Increasingly, information is only offered and passed on in digital form, whereby the reliable and user-friendly Portable Document Format (PDF) has established itself worldwide as the preferred file format. To ensure unrestricted access in every respect, PDF files must meet certain requirements. These are defined in PDF/UA as the ISO standard for accessible PDF documents. It ensures that even people with greatly diminished vision, insufficient command of written language or physical limitations can capture and interactively use documents without outside help. In addition, content from PDF/UA documents on mobile devices is much easier for users to read than from a conventional PDF document. Added value for everyone.
What the stairs-free access for wheelchair users is, is the barrier-free PDF according to the PDF/UA standard when reading and editing documents and forms. Without limiting the diversity of PDF technology, it determines how unrestricted accessibility of content in PDF files is ensured. To this end, the PDF/UA standard defines requirements to exclude barriers when accessing page content, form fields, notes, metadata and other elements of PDF files. This allows users who use special tools - such as screen readers, special mice or voice output and input - to interact with content in PDF documents. PDF/UA, in return, offers the author clearly defined criteria that must be observed when creating accessible documents.
In order to achieve the goal of accessibility, the PDF/UA standard requires, among other things, the following:
- All content must be correctly tagged. Headings, regular paragraphs, lists and tables must be marked as such.
- The levels of the headings must reflect the structure of the document.
- The intended reading sequence for the entire content must be clearly defined.
- A corresponding text must be assigned to pictorial representations, which reflects the pictorial content in words.
- The language in which a text is written must be specified.
- Language changes within the text must also be indicated.
- Information may not be represented solely by colour or contrast.
Most of these requirements are met by additional, invisible markers in the PDF page descriptions, which are called "tags". These tags provide PDF elements with additional information about the content, position and type of the element, and integrate all elements into a semantic overall structure. This defines headings, captions and navigation elements. Graphics and images can be provided with an "alternative text". This is the basis for the practical use of a PDF despite barriers such as blindness, significantly reduced vision or restrictions in mobility that necessitate the use of technical aids. Screen readers are dependent on all content being in text form, which can then be read aloud via speech synthesisers or output as Braille on a Braille display. The use of special mouse, voice control and other tools for effective navigation in and interaction with documents require access to the content structure of the document in the form of the tag structure. This is achieved by logically linking the tags, which means that all content elements are also assigned to a semantic role. These can then be connected in a logical read sequence, regardless of the page and position on which they are placed.
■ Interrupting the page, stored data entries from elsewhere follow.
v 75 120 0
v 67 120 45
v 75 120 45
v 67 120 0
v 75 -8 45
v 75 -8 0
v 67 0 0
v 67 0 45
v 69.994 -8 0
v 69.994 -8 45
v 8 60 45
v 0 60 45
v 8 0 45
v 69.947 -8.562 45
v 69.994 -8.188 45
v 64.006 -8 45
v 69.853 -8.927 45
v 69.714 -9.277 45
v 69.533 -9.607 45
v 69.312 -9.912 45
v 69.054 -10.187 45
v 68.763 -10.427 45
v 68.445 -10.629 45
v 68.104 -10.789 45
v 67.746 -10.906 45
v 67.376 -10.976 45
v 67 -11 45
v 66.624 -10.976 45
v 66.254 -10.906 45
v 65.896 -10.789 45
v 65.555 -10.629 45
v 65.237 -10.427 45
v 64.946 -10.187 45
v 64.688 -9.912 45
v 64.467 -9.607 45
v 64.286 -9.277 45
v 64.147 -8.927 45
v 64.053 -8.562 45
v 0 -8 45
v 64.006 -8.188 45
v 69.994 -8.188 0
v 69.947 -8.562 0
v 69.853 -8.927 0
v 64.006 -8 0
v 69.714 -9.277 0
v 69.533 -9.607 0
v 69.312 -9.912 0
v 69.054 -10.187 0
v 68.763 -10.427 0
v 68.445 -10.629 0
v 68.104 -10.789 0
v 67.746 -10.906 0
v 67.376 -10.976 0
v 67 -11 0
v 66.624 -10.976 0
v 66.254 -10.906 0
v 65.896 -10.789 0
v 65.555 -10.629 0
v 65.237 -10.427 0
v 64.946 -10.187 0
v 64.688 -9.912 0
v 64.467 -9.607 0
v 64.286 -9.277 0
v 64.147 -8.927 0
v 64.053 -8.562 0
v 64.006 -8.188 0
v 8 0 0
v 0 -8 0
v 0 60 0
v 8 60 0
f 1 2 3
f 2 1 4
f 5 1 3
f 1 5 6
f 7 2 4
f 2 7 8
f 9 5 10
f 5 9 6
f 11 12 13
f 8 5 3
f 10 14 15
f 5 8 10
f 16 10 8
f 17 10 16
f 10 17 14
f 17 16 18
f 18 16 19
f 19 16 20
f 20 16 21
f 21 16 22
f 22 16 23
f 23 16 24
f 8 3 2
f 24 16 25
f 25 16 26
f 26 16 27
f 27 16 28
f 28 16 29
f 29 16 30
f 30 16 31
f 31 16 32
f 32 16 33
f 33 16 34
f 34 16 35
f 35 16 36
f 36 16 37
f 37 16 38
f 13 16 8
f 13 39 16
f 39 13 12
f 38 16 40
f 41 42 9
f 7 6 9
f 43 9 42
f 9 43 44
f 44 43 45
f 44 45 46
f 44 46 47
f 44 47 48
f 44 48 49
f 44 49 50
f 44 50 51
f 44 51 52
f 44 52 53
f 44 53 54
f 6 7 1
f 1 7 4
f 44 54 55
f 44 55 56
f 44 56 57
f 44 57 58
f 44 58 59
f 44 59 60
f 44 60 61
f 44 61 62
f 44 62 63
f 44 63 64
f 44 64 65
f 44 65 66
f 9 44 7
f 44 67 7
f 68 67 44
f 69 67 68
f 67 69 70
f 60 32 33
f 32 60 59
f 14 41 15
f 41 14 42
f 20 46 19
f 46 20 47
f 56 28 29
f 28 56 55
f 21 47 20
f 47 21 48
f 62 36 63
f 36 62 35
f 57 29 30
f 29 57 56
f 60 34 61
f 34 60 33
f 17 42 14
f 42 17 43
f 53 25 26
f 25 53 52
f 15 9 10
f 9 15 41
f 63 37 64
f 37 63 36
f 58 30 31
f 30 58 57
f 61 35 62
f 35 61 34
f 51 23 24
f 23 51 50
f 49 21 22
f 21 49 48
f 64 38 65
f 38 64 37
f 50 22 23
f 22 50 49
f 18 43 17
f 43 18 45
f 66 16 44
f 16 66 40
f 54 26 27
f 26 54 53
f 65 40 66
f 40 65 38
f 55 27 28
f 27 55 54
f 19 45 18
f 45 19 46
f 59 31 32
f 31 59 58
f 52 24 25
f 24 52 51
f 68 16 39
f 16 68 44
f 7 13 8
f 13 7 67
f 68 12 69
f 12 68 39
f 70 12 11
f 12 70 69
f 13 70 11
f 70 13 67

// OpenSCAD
// preview[view:north east, tilt:top diagonal]

// width of hook
hook_width = 45; //[5:100]

// thickness of part
hook_thick = 8; //[1:10]

// length of top we hang on
hook_top = 59; //[5:100]

// length of overhang latch (twice as long on hanger side)
hook_latch = 60; //[5:100]

// angle of the tongue
hook_angle = 35; //[0:55]

// length of the tongue that sticks out
hook_tongue = 100; //[0:100]

coathook(hook_width, hook_thick, hook_top, hook_latch, hook_angle, hook_tongue);

module coathook(hookwidth, hookthick, hooktop, hooklatch, hookangle, hooktongue) {
  rotate ([90,0,0]) union () {
    // Top
    cube ([hooktop+hookthick, hookwidth, hookthick]);
      
    // Back
    rotate ([0,90,0]) cube ([hooklatch, hookwidth, hookthick]);
      
    // Front
    rotate ([0,90,0]) {
      translate ([-hookthick, 0, hooktop+hookthick]) {
          
        union (){
          cube ([(hooklatch*2) + hookthick, hookwidth, hookthick]);
          rotate ([-90,0,0]) 
            #cylinder (h = hookwidth, r = (hookthick / 4) + 1, $fn = 50);
        }
        //union () {
          //cube ([(hooklatch*2) + hookthick, hookwidth, hookthick]);
              //translate ([(hooklatch*2) + hookthick, 0, hookthick]) 
              //  rotate ([0,-90-hookangle,0]) 
              //    #cube ([hooktongue, hookwidth, hookthick]);
              //translate ([(hooklatch*2) - hookthick/2, 0, hookthick])
              //  rotate ([-90,0,0]) 
              //    #cylinder (
              //      h = hookwidth, 
              //      r = (hookthick / 2) + 1, 
              //      $fn = 50);
        //}
      }
    }
  }
}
These tags can also be defined later in existing PDFs using programs such as Adobe Acrobat - but this is an extremely tedious and time-consuming task. It is much more effective to perform corresponding preparatory work in creation programs - such as Microsoft Word and PowerPoint or OpenOffice and LibreOffice or for professional publications in Adobe InDesign. They already offer the possibility to create a good quality tagged PDF directly from the application, even if this does not yet achieve PDF/UA quality in some points. Additional tools support the user in closing the remaining gap to PDF/UA conformity.
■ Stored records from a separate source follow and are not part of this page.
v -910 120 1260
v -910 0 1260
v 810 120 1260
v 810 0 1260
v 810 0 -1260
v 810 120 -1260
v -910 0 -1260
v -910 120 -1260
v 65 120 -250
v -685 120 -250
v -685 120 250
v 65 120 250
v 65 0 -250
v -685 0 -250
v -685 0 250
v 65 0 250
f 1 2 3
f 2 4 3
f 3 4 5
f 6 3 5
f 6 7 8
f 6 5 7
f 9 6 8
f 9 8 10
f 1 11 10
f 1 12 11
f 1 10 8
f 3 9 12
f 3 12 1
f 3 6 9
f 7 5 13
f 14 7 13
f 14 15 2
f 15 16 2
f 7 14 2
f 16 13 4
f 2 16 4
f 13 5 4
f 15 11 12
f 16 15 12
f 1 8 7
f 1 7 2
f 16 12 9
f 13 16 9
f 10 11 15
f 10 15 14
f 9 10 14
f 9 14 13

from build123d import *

# Parameters (mm, degrees)
CROQUIS1_W              = 1620
CROQUIS1_H              = 2520
SALIENTE_EXTRUIR1_DEPTH = 120
CROQUIS2_W              = 750
CROQUIS2_H              = 500
CORTAR_EXTRUIR1_DEPTH   = 120
CROQUIS3_W              = 2520
CROQUIS3_H              = 120
SALIENTE_EXTRUIR2_DEPTH = 100


with BuildPart() as part:
    # Croquis1 → Saliente-Extruir1 (new body)
    with BuildSketch(Plane(origin=(0, 0, 0), x_dir=(1, 0, 0), z_dir=(0, 1, 0))):
        Rectangle(CROQUIS1_W, CROQUIS1_H)
    extrude(amount=SALIENTE_EXTRUIR1_DEPTH)

    # Croquis2 → Cortar-Extruir1 (cut)
    with BuildSketch(Plane(origin=(0, 120, 0), x_dir=(1, 0, 0), z_dir=(0, 1, 0))):
        with Locations((-310, 0)):
            Rectangle(CROQUIS2_W, CROQUIS2_H)
    extrude(amount=-CORTAR_EXTRUIR1_DEPTH, mode=Mode.SUBTRACT)

    # Croquis3 → Saliente-Extruir2 (add)
    with BuildSketch(Plane.ZY.offset(810)):
        with Locations((0, 60)):
            Rectangle(CROQUIS3_W, CROQUIS3_H)
    extrude(amount=SALIENTE_EXTRUIR2_DEPTH)


solid = part.part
But how does an author check whether the documents created by him really correspond to the specifications stored in PDF/UA? Since 2013, the Matterhorn Protocol, developed by the PDF Association in coordination with the ISO, has been available as a binding test catalogue for barrier-free PDF documents and forms. It consists of 31 test sections consisting of 136 individual, precisely defined fault conditions. This makes it easier for authors to create and verify PDF/UA-compliant PDF files and forms. Each test section represents a specific area of conformity requirements, such as "definition of text language" or "metadata". The individual error conditions define a specific test at document, page, object or JavaScript level. Some of the error conditions can be programmatically checked by software, for example with the free PDF Accessibility Checker (PAC 2) from the Swiss foundation "Access for all". PAC 2 is considered the first tool based entirely on the Matterhorn protocol. A number of other error conditions must be tested interactively, for example "Headings are not marked as headings". The callas pdfGoHTML plug-in for Adobe Acrobat from callas software supports this. It displays the document structure including reading sequence and alternative texts for images in an easy-to-understand quick diagnosis view with coloured markings.
Accessibility does not only affect people with more or less severe disabilities. A PDF correctly tagged with a clean tag structure is a big step towards the optimal creation, editing, output and utilization of documents in general. For example, search engines can index accessible PDFs much better. Structured PDF files can be used much better than conventional documents. For format conversions - PDF to HTML, unformatted text or RTF, Microsoft Word and OpenOffice Writer - the results are more reliable. On mobile devices with a comparatively small display, content from PDF documents can be presented in a more user-friendly way. This plays a particularly important role in a company shaped by mobile devices.